Neom, Saudi Crown Prince Mohammed bin Salman’s megaproject, is supposed to have a ski resort in the desert, swim lanes for commuters, and “smart” everything. The kingdom has already spent billions of dollars and hired international architects, futurists, and even Hollywood production designers to bring Neom out of the realm of science fiction.
Yet, the project has been plagued by setbacks, according to current and former employees, as well as internal documents.
Chris Hables Gray’s, author and self-described anarchist, feminist, and revolutionary received an offer from the ultimate client, Mohammed bin Salman, the 36-year-old crown prince of Saudi Arabia.
Gray had signed on to a city-building exercise so ambitious that it verges on the fantastical. An internal Neom “style catalog” viewed by Bloomberg Businessweek includes elevators that somehow fly through the sky, an urban spaceport, and buildings shaped like a double helix, a falcon’s outstretched wings, and a flower in bloom. The chosen site in Saudi Arabia’s far northwest, stretching from the sun-scorched Red Sea coast into craggy mountain badlands, has summer temperatures over 100F and almost no fresh water. Yet, according to MBS and his advisers, it will soon be home to millions of people who’ll live in harmony with the environment, relying on desalination plants and a fully renewable electric grid. They’ll benefit from cutting-edge infrastructure and a regulatory system designed expressly to foster new ideas—as long as those ideas don’t include challenging the authority of MBS. There may even be booze. Neom appears to be one of the crown prince’s highest priorities, and the Saudi state is devoting immense resources to making it a reality.
MBS, as he’s known abroad, was in the early stages of one of the largest and most difficult construction projects in history, which involves turning an expanse of desert the size of Belgium into a high-tech city-region called Neom. Starting with a budget of $500 billion, MBS bills Neom as a showpiece that will transform Saudi Arabia’s economy and serve as a testbed for technologies that could revolutionize daily life. And as Gray’s proposed assignment suggested, the crown prince’s vision bears little resemblance to the cities of today. Intrigued, Gray took the job.Yet five years into its development, bringing Neom out of the realm of science fiction is proving a formidable challenge, even for a near-absolute ruler with access to a $620 billion sovereign wealth fund. According to more than 25 current and former employees interviewed for this story, as well as 2,700 pages of internal documents, the project has been plagued by setbacks, many stemming from the difficulty of implementing MBS’s grandiose, ever-changing ideas—and of telling a prince who’s overseen the imprisonment of many of his own family members that his desires can’t be met.

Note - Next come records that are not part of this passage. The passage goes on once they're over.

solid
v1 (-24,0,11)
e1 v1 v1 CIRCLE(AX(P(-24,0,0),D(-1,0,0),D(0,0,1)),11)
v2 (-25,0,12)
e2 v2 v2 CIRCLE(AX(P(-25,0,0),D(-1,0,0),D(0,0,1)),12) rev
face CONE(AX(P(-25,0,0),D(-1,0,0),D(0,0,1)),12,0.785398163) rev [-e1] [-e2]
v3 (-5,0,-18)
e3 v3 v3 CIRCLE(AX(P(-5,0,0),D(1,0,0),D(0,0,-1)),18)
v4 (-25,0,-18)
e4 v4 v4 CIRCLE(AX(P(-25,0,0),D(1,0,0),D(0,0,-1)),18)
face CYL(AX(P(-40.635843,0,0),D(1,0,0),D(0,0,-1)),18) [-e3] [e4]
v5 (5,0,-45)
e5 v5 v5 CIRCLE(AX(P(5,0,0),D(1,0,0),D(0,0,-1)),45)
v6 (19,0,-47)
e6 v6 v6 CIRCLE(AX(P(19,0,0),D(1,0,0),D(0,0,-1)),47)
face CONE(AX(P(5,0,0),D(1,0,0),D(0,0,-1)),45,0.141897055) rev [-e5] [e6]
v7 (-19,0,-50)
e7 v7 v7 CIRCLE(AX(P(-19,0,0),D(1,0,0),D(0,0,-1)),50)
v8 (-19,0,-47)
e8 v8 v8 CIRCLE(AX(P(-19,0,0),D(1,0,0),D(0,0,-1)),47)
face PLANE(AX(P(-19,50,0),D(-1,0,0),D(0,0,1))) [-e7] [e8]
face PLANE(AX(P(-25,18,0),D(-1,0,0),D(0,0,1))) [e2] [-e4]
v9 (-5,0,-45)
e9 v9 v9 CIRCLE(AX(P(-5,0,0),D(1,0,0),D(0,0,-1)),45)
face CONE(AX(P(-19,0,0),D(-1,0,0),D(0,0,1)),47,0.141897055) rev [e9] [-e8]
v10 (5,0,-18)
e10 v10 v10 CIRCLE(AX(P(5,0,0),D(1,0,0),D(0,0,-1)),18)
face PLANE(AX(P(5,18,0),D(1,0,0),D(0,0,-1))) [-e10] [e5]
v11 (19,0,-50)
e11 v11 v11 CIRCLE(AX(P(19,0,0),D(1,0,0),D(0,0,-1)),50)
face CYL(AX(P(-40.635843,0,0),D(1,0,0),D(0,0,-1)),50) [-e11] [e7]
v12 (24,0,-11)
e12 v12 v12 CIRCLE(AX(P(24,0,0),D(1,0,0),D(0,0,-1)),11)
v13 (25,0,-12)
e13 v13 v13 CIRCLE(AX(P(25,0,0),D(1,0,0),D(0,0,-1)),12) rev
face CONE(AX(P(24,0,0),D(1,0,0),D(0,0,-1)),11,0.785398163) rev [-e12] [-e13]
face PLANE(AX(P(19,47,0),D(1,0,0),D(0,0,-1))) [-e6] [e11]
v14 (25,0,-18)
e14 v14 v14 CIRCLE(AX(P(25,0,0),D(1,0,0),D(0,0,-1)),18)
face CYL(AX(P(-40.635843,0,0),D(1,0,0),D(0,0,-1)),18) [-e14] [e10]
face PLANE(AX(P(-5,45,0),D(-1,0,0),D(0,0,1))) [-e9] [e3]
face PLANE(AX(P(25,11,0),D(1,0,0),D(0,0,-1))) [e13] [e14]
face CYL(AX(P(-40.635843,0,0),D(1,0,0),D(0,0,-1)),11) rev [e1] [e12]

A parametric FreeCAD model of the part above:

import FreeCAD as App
import Part
import Sketcher
from FreeCAD import Vector
Q = App.Units.Quantity


def edges_at(feature, points):
    """Names of the edges that pass closest to the given points."""
    edges = feature.Shape.Edges
    near = lambda p: min(range(len(edges)), key=lambda i: edges[i].distToShape(Part.Vertex(*p))[0])
    return sorted({f"Edge{near(p) + 1}" for p in points})

doc = App.newDocument("Part")
body = doc.addObject("PartDesign::Body", "Body")

# Sketch on XY plane
sketch1 = body.newObject("Sketcher::SketchObject", "Sketch")
sketch1.AttachmentSupport = (doc.getObject("XY_Plane"), [""])
sketch1.MapMode = "FlatFace"
sketch1.addGeometry([
    Part.LineSegment(Vector(-25, 11, 0), Vector(25, 11, 0)),  # 0
    Part.LineSegment(Vector(25, 11, 0), Vector(25, 18, 0)),  # 1
    Part.LineSegment(Vector(25, 18, 0), Vector(5, 18, 0)),  # 2
    Part.LineSegment(Vector(5, 18, 0), Vector(5, 45, 0)),  # 3
    Part.LineSegment(Vector(5, 45, 0), Vector(19, 47, 0)),  # 4
    Part.LineSegment(Vector(19, 47, 0), Vector(19, 50, 0)),  # 5
    Part.LineSegment(Vector(19, 50, 0), Vector(-19, 50, 0)),  # 6
    Part.LineSegment(Vector(-19, 50, 0), Vector(-19, 47, 0)),  # 7
    Part.LineSegment(Vector(-19, 47, 0), Vector(-5, 45, 0)),  # 8
    Part.LineSegment(Vector(-5, 45, 0), Vector(-5, 18, 0)),  # 9
    Part.LineSegment(Vector(-5, 18, 0), Vector(-25, 18, 0)),  # 10
    Part.LineSegment(Vector(-25, 18, 0), Vector(-25, 11, 0)),  # 11
], False)
sketch1.addConstraint([
    Sketcher.Constraint("Coincident", 0, 2, 1, 1),
    Sketcher.Constraint("Coincident", 1, 2, 2, 1),
    Sketcher.Constraint("Coincident", 2, 2, 3, 1),
    Sketcher.Constraint("Coincident", 3, 2, 4, 1),
    Sketcher.Constraint("Coincident", 4, 2, 5, 1),
    Sketcher.Constraint("Coincident", 5, 2, 6, 1),
    Sketcher.Constraint("Coincident", 6, 2, 7, 1),
    Sketcher.Constraint("Coincident", 7, 2, 8, 1),
    Sketcher.Constraint("Coincident", 8, 2, 9, 1),
    Sketcher.Constraint("Coincident", 9, 2, 10, 1),
    Sketcher.Constraint("Coincident", 10, 2, 11, 1),
    Sketcher.Constraint("Coincident", 11, 2, 0, 1),
    Sketcher.Constraint("Horizontal", 0),
    Sketcher.Constraint("Vertical", 1),
    Sketcher.Constraint("Horizontal", 2),
    Sketcher.Constraint("Vertical", 3),
    Sketcher.Constraint("Vertical", 5),
    Sketcher.Constraint("Horizontal", 6),
    Sketcher.Constraint("Vertical", 7),
    Sketcher.Constraint("Vertical", 9),
    Sketcher.Constraint("Horizontal", 10),
    Sketcher.Constraint("Vertical", 11),
    Sketcher.Constraint("Symmetric", 4, 2, 7, 2, -2),
    Sketcher.Constraint("Symmetric", 3, 2, 8, 2, -2),
    Sketcher.Constraint("Symmetric", 1, 2, 10, 2, -2),
    Sketcher.Constraint("DistanceX", 0, 1, 0, 2, Q("50 mm")),
    Sketcher.Constraint("DistanceX", 2, 2, 2, 1, Q("20 mm")),
    Sketcher.Constraint("DistanceX", 6, 2, 6, 1, Q("38 mm")),
    Sketcher.Constraint("DistanceY", 1, 1, 1, 2, Q("7 mm")),
    Sketcher.Constraint("DistanceY", 3, 1, 3, 2, Q("27 mm")),
    Sketcher.Constraint("DistanceY", 5, 1, 5, 2, Q("3 mm")),
    Sketcher.Constraint("DistanceY", -1, 1, 0, 2, Q("11 mm")),
    Sketcher.Constraint("DistanceY", -1, 1, 4, 2, Q("47 mm")),
])
revolution = body.newObject("PartDesign::Revolution", "Revolution")
revolution.Profile = sketch1
revolution.ReferenceAxis = (sketch1, ["H_Axis"])
revolution.Angle = 360
doc.recompute()

chamfer = body.newObject("PartDesign::Chamfer", "Chamfer")
chamfer.Base = (revolution, edges_at(revolution, [(-25, 0, 11), (25, 0, 11)]))
chamfer.Size = 1

doc.recompute()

Efforts to relocate the indigenous residents of the Neom site, who’ve lived there for generations, have been turbulent, devolving on one occasion into a gun battle. Dozens of key staff have quit, complaining of a toxic work environment and a culture of wild overspending with few results. And along the way, Neom has become something of a full-employment guarantee for international architects, futurists, and even Hollywood production designers, each taking a cut of Saudi Arabia’s petroleum riches in exchange for work that some strongly suspect will never be used. Few are willing to speak on the record, citing nondisclosure agreements or fear of retribution; at least one former employee who criticized the project was jailed in Saudi Arabia.
Nonetheless, the chaotic trajectory of Neom so far suggests that MBS’s urban dream may never be delivered. The same is true of his broader plans for economic transformation. In the crown prince’s telling, Saudi Arabia will soon be a center of innovation and entrepreneurship, free of the corruption and religious extremism that have long held it back. But to his critics, this promised future is a veneer, a layer of technological gloss over a core of repression, kleptocracy, and—above all—indefinite one-man rule.
Although the Neom site was in a region few Saudis have ever visited, MBS made clear that he expected it to become a hub for national life. Within a few months of the Ritz-Carlton announcement, satellite images showed that a series of large buildings was already under construction, surrounded by expanses of greenery that stuck out sharply from the desert. It was a new palace for the crown prince, where he’d soon be spending much of his time.